Two of my good friends own MX-6's. They're very interesting vehicles, especially if you want to go modify them. I think there's a lot of things to like about them: A Smooth revving engine, surprisingly comfortable factory seats, a massive trunk, and the fact that they are surprisingly cheap to buy/insure are just a few examples. 

They do have some odd quirks though. The ones that stand out most for me are the sticky sunroof (because of the way the sunroof mechanism was designed, you have to push the sunroof up manually when you open it) and an automatic transmission that's really sensitive to heat. Some of them also apparently experience problems with the HLAs ticking, but I have yet to see that problem firsthand. They also have an annoying factory alarm that won't let you open the passenger side door without unlocking the driver's side first. 

If you haven't seen them already, these sites might be able to address some of your reliability concerns:
MX6 FAQ
Probetalk, one of the larger Mazda MX6/Ford Probe forums

I hope the one you're test driving has been treated well. MX6's seem to be excellent cars if theyhaven't been mistreated/neglected.


----------



## asleepz (Feb 24, 2004)

It turned out to be a POS....

The engine light came on after 3 minutes of driving it
It was low on oil
Sounded like the rods were knocking bad
Air bag light was going off like crazy
Paint was crap
Needed new tires
Brakes
Front struts
Transmission (auto) from 1st to 2nd shifted rougher than me playing in my manual Z.
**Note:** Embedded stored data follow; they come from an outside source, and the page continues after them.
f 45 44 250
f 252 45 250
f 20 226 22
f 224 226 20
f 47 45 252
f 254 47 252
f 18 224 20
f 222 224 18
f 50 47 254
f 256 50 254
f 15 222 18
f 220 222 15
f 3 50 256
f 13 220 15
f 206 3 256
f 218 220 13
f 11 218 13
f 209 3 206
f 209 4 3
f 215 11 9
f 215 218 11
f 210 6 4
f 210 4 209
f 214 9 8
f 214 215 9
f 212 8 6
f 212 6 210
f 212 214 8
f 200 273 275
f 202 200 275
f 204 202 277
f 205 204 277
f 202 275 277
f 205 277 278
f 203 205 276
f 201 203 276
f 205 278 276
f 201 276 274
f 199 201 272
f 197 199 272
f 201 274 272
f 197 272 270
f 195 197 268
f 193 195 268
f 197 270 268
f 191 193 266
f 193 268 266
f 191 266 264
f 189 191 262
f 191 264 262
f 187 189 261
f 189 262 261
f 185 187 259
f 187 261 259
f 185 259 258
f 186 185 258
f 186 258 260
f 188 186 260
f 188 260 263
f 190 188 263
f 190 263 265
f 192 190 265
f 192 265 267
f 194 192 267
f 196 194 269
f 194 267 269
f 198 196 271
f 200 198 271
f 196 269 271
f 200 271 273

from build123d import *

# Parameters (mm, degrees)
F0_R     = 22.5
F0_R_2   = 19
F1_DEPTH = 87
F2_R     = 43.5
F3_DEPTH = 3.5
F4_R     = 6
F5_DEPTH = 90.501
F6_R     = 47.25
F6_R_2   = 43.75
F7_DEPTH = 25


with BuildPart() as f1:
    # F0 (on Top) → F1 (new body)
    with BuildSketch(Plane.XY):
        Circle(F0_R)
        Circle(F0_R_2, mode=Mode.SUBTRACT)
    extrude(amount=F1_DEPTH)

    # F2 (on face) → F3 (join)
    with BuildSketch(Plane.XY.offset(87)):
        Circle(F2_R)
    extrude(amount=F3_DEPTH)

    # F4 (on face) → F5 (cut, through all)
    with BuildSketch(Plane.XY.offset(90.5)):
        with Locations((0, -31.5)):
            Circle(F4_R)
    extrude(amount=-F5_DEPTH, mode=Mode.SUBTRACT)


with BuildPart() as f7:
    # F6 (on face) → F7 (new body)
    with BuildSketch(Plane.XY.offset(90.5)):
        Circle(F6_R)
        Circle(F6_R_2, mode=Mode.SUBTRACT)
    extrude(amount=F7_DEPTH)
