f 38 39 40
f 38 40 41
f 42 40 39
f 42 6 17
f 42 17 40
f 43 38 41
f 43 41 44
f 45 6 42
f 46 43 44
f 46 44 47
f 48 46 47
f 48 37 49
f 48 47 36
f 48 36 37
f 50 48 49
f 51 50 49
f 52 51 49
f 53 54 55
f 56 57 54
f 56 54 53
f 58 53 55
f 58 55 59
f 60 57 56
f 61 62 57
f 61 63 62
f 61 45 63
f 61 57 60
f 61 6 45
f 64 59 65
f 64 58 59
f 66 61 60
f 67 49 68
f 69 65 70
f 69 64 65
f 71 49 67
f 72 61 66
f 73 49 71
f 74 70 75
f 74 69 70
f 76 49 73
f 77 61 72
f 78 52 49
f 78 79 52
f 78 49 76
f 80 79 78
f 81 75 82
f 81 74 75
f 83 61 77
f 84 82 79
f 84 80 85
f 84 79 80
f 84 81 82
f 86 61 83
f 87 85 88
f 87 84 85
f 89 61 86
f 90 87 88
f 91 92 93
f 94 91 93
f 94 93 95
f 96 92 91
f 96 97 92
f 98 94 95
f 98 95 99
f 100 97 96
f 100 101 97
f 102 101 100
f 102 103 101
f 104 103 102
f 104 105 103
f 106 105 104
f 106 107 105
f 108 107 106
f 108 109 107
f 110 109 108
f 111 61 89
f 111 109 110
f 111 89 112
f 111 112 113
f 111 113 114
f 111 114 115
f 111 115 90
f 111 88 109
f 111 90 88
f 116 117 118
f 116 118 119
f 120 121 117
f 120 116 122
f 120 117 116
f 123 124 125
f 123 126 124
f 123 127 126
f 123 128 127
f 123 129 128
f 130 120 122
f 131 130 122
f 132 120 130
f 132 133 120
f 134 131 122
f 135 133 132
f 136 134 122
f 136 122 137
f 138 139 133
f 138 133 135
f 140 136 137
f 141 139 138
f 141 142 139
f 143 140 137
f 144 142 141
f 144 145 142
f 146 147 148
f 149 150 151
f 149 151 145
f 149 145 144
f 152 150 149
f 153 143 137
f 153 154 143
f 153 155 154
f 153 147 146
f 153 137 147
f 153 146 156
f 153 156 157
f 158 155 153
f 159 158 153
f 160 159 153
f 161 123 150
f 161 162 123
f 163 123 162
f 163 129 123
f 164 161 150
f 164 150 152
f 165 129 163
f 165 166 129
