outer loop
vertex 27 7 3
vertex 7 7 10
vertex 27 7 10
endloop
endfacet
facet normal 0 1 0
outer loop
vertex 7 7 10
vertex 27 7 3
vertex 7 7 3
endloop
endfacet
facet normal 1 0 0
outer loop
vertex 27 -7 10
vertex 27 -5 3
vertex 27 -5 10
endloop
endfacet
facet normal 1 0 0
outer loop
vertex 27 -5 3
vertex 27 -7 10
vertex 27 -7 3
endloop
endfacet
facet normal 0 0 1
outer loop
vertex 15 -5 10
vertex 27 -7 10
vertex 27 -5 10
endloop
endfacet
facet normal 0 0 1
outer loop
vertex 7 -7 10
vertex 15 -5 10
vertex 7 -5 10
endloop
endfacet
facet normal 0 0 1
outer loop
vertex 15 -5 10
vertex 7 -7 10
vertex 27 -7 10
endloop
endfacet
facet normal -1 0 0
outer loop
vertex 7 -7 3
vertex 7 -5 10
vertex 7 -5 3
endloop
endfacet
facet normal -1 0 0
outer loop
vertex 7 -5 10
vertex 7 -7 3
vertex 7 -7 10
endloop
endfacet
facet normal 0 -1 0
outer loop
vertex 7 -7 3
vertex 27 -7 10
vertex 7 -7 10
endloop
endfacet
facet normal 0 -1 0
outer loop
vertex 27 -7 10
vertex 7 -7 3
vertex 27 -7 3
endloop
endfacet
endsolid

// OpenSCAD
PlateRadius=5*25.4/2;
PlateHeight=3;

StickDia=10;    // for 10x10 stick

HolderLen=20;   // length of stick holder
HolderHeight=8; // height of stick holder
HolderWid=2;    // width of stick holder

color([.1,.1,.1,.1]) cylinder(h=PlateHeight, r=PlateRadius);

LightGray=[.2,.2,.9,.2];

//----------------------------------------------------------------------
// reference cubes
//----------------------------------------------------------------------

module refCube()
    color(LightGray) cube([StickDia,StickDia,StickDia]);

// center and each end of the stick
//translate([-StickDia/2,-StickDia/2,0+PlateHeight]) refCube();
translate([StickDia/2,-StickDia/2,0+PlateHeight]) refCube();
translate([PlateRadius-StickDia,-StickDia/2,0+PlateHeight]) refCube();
It's worth 850 (what I was going to offer) but I'm going to keep looking.


----------



## ReVerm (Jan 13, 2003)

♣AsleepZ♣ said:


> It turned out to be a POS....
> 
> The engine light came on after 3 minutes of driving it
> It was low on oil
> ...


Definately keep looking. If you look at the classifieds on Probetalk you'll see MX6's in superb condition selling for less than 3k.


----------



## asleepz (Feb 24, 2004)

Naw, I'm not really a fan of the looks of the MX-6 to be honest. I'll definately keep looking though.


----------



## Rylinkus (Mar 20, 2005)

♣AsleepZ♣ said:


> Naw, I'm not really a fan of the looks of the MX-6 to be honest. I'll definately keep looking though.



MX6.com is also a great forum to post. The issue with Probes/6s really is that the aftermarket support isn't great. But they are reasonably reliable.

-Sunroofs on both suck. But it's a minor issue
-HLA tick. Generally a decent engine flush or synthetic oil will aid or alleviate this issue. It's of no great merit other then annoyance factor
-Distributers on the 93-94 V6 models had a bad ignitor thats prone to overheating and failing
-the ATX tranny is crap, but the 5 speed is solid
-Rear calipers on the 93-94 are prone to seizing. 

If you were close to Maine and were interested in one of these, my Probe will be up for sale in a few weeks. KLZE engine swap and a few other minor mods. Either way they are a pretty solid car. I wanted to keep mine, but the GF said no if I'm getting a better Sports car this summer. Apparently 2 vehichles is my limit. (I think a new GF would be simpler.) I really do love the stupid car. It handles quite well. (PGTs come with stiffer springs, wider tires, and lower gearing stock then the MX6 LS.) And it's been pretty reliable for me over the 4 years I've owned it. 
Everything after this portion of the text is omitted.